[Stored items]

┌────────

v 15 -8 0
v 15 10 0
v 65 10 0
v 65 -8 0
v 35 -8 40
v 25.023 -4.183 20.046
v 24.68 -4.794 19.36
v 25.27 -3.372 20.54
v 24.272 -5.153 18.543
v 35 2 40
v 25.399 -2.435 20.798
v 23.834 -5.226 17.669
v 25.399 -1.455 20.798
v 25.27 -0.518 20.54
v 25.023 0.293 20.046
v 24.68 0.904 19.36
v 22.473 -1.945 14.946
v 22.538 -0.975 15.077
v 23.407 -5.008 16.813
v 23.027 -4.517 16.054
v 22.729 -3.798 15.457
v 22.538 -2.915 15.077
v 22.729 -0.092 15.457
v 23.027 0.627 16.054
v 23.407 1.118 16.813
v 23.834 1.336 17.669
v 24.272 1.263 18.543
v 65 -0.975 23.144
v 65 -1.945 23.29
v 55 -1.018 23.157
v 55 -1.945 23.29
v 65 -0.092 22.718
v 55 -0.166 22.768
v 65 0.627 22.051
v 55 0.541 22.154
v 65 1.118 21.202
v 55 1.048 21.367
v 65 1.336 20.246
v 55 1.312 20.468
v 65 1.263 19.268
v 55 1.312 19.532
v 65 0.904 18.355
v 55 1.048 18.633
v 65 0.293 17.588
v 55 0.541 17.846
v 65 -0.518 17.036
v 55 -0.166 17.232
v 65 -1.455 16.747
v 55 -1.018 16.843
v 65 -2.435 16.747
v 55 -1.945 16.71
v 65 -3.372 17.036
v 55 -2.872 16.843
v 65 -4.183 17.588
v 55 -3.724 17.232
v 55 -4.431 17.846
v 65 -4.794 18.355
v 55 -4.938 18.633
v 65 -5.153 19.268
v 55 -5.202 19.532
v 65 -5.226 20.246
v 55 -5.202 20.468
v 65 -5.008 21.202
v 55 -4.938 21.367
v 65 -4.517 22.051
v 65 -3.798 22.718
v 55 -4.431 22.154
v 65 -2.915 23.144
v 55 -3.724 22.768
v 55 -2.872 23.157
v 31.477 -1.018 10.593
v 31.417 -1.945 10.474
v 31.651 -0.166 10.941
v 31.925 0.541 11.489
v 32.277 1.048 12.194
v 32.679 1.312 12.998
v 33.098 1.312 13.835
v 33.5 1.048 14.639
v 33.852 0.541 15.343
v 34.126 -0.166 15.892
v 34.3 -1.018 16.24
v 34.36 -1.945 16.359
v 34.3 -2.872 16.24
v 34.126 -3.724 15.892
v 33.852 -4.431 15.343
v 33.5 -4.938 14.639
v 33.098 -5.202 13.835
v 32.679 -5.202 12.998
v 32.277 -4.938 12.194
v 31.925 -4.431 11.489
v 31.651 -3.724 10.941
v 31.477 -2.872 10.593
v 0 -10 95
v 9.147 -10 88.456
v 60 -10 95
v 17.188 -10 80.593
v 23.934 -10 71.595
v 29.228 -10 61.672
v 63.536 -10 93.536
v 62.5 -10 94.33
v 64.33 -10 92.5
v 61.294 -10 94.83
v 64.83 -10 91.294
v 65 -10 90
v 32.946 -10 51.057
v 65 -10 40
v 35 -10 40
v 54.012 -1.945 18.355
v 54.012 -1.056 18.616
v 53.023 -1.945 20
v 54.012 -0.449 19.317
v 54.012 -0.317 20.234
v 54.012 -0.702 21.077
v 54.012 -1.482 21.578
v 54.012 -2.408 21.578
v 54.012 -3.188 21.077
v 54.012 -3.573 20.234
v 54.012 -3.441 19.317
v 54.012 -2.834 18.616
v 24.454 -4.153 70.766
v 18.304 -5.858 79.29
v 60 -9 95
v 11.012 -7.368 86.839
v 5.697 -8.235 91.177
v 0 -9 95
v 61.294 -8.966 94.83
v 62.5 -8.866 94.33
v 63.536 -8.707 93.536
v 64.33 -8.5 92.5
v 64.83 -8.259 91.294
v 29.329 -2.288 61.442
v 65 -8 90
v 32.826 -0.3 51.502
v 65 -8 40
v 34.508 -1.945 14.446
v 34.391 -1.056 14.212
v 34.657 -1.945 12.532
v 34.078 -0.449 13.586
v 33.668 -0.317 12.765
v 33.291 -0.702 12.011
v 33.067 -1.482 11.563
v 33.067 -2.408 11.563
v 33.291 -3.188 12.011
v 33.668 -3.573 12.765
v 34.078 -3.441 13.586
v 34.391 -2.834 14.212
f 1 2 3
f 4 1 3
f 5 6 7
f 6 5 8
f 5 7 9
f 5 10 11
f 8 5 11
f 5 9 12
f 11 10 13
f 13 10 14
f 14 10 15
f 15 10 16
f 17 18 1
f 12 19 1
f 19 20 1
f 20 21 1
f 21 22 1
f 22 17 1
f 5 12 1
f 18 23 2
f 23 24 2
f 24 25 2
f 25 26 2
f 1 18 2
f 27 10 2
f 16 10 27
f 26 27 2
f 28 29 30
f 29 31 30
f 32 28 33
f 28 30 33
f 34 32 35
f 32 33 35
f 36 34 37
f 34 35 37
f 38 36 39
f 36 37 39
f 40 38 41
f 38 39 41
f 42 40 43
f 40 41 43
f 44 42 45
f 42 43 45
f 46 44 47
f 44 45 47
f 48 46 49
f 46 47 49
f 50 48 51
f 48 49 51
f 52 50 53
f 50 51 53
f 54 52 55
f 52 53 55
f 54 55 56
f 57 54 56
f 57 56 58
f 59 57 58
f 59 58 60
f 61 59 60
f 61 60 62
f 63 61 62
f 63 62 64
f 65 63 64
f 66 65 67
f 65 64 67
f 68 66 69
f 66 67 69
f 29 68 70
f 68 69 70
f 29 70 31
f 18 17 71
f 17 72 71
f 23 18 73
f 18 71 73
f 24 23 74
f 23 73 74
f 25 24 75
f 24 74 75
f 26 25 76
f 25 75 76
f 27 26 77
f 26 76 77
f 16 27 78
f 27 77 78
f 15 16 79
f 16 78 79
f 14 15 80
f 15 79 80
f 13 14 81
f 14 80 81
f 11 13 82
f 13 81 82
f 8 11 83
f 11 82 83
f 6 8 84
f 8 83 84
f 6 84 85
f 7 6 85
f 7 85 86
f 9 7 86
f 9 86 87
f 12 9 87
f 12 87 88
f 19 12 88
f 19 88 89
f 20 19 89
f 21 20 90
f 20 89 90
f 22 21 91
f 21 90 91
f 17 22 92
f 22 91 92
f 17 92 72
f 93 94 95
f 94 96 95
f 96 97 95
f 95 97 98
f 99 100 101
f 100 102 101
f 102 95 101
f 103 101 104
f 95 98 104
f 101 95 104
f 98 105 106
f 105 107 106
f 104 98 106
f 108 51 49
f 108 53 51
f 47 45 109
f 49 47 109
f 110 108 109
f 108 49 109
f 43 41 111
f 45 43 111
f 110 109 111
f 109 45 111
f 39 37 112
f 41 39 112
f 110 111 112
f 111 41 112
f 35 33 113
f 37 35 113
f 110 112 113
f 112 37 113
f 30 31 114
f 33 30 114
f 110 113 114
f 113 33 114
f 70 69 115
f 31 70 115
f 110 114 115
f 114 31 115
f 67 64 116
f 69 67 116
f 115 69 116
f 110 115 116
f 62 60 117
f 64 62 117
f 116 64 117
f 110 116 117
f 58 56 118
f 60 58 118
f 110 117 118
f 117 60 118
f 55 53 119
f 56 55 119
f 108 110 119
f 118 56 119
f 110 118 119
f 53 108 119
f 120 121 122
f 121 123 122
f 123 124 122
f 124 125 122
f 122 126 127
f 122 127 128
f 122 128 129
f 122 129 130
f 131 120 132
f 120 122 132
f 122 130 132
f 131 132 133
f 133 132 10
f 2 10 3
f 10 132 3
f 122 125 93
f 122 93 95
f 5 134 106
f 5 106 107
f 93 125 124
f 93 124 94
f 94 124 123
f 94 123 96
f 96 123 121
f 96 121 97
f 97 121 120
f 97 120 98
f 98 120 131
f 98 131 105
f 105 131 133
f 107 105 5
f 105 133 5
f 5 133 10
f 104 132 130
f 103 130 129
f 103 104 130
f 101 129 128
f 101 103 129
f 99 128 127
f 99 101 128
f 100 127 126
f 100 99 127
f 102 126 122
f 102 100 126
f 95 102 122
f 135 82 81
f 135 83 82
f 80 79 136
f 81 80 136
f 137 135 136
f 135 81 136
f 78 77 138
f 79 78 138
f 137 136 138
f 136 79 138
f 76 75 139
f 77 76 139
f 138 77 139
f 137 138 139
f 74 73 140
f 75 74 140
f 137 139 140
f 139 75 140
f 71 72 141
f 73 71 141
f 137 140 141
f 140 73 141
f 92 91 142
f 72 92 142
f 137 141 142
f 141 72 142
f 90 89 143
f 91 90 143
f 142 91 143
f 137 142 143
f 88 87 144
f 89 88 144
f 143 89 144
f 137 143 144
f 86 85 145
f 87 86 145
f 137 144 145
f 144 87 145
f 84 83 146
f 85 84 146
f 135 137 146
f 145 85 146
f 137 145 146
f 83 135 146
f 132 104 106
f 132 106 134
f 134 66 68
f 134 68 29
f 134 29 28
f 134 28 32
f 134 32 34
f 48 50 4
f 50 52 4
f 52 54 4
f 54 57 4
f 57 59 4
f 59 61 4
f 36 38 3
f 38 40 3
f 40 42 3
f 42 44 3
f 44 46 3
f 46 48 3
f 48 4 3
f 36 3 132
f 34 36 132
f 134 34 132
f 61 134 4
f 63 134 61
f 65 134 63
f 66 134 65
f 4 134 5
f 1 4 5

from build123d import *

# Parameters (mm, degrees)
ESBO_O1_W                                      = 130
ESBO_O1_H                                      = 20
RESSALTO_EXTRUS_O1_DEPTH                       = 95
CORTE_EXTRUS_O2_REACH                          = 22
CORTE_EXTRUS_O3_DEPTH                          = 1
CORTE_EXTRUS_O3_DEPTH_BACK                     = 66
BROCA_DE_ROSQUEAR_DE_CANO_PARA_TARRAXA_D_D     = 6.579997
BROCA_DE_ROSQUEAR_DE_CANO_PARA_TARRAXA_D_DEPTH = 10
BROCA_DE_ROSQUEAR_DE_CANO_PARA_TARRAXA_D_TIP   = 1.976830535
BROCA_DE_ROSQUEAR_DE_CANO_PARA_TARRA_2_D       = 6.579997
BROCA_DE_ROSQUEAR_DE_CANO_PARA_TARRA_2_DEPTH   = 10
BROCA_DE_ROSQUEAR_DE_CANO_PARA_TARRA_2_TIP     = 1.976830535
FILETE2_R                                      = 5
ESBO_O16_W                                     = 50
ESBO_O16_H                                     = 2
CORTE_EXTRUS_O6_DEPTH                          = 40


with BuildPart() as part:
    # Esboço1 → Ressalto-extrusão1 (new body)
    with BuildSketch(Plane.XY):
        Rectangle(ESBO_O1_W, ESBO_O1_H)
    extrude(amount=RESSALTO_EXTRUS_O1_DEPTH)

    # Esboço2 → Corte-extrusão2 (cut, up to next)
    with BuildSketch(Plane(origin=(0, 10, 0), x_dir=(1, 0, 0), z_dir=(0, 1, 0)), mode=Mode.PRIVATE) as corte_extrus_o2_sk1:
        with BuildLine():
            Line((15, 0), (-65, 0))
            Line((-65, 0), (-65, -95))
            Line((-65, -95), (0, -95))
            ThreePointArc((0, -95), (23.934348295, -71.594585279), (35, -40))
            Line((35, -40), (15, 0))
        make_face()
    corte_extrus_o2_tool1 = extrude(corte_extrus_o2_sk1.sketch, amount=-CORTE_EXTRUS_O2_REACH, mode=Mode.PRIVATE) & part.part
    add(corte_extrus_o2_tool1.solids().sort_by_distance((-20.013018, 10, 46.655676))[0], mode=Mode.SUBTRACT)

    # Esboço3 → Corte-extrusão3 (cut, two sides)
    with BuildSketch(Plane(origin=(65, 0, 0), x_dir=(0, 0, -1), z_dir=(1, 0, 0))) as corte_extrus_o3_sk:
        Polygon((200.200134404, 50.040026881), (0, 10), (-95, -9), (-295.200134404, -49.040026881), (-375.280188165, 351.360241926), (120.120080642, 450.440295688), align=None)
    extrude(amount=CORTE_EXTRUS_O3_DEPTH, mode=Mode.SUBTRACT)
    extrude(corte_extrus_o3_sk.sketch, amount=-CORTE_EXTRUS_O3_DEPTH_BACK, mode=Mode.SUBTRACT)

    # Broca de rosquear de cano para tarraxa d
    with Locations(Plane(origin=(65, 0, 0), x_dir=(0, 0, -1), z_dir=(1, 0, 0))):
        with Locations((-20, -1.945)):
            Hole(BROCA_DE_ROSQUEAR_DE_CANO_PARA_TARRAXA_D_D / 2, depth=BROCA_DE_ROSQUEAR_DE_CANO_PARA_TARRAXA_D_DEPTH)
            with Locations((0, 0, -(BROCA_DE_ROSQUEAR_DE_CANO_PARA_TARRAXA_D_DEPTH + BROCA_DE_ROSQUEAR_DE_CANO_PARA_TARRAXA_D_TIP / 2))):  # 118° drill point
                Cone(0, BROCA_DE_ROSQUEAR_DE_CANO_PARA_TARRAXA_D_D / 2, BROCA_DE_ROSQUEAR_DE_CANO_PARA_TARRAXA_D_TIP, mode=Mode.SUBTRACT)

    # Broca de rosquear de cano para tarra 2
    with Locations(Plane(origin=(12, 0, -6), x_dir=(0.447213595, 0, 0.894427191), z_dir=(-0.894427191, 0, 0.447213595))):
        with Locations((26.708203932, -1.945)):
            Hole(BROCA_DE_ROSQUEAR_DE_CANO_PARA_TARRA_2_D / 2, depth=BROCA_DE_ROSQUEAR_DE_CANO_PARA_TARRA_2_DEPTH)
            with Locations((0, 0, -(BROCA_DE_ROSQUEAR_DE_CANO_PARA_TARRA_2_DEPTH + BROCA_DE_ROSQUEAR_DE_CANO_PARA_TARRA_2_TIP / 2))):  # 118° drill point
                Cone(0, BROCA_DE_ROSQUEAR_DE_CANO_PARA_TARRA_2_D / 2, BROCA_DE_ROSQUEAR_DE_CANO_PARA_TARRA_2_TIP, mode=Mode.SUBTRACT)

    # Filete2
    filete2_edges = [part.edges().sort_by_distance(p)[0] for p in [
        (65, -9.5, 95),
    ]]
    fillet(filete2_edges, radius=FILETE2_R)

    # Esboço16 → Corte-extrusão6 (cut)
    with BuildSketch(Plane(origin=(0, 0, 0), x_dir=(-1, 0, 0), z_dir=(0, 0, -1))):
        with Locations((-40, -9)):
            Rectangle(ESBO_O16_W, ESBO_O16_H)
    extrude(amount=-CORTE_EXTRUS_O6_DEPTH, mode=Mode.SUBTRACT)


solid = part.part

└────────

» **ACTIVITY**
Start with the line above that contains "f 97 121 120" and stop after the line that contains "f 80 79 136". Output those lines exactly, and only those.

» **SOLUTION**
f 97 121 120
f 97 120 98
f 98 120 131
f 98 131 105
f 105 131 133
f 107 105 5
f 105 133 5
f 5 133 10
f 104 132 130
f 103 130 129
f 103 104 130
f 101 129 128
f 101 103 129
f 99 128 127
f 99 101 128
f 100 127 126
f 100 99 127
f 102 126 122
f 102 100 126
f 95 102 122
f 135 82 81
f 135 83 82
f 80 79 136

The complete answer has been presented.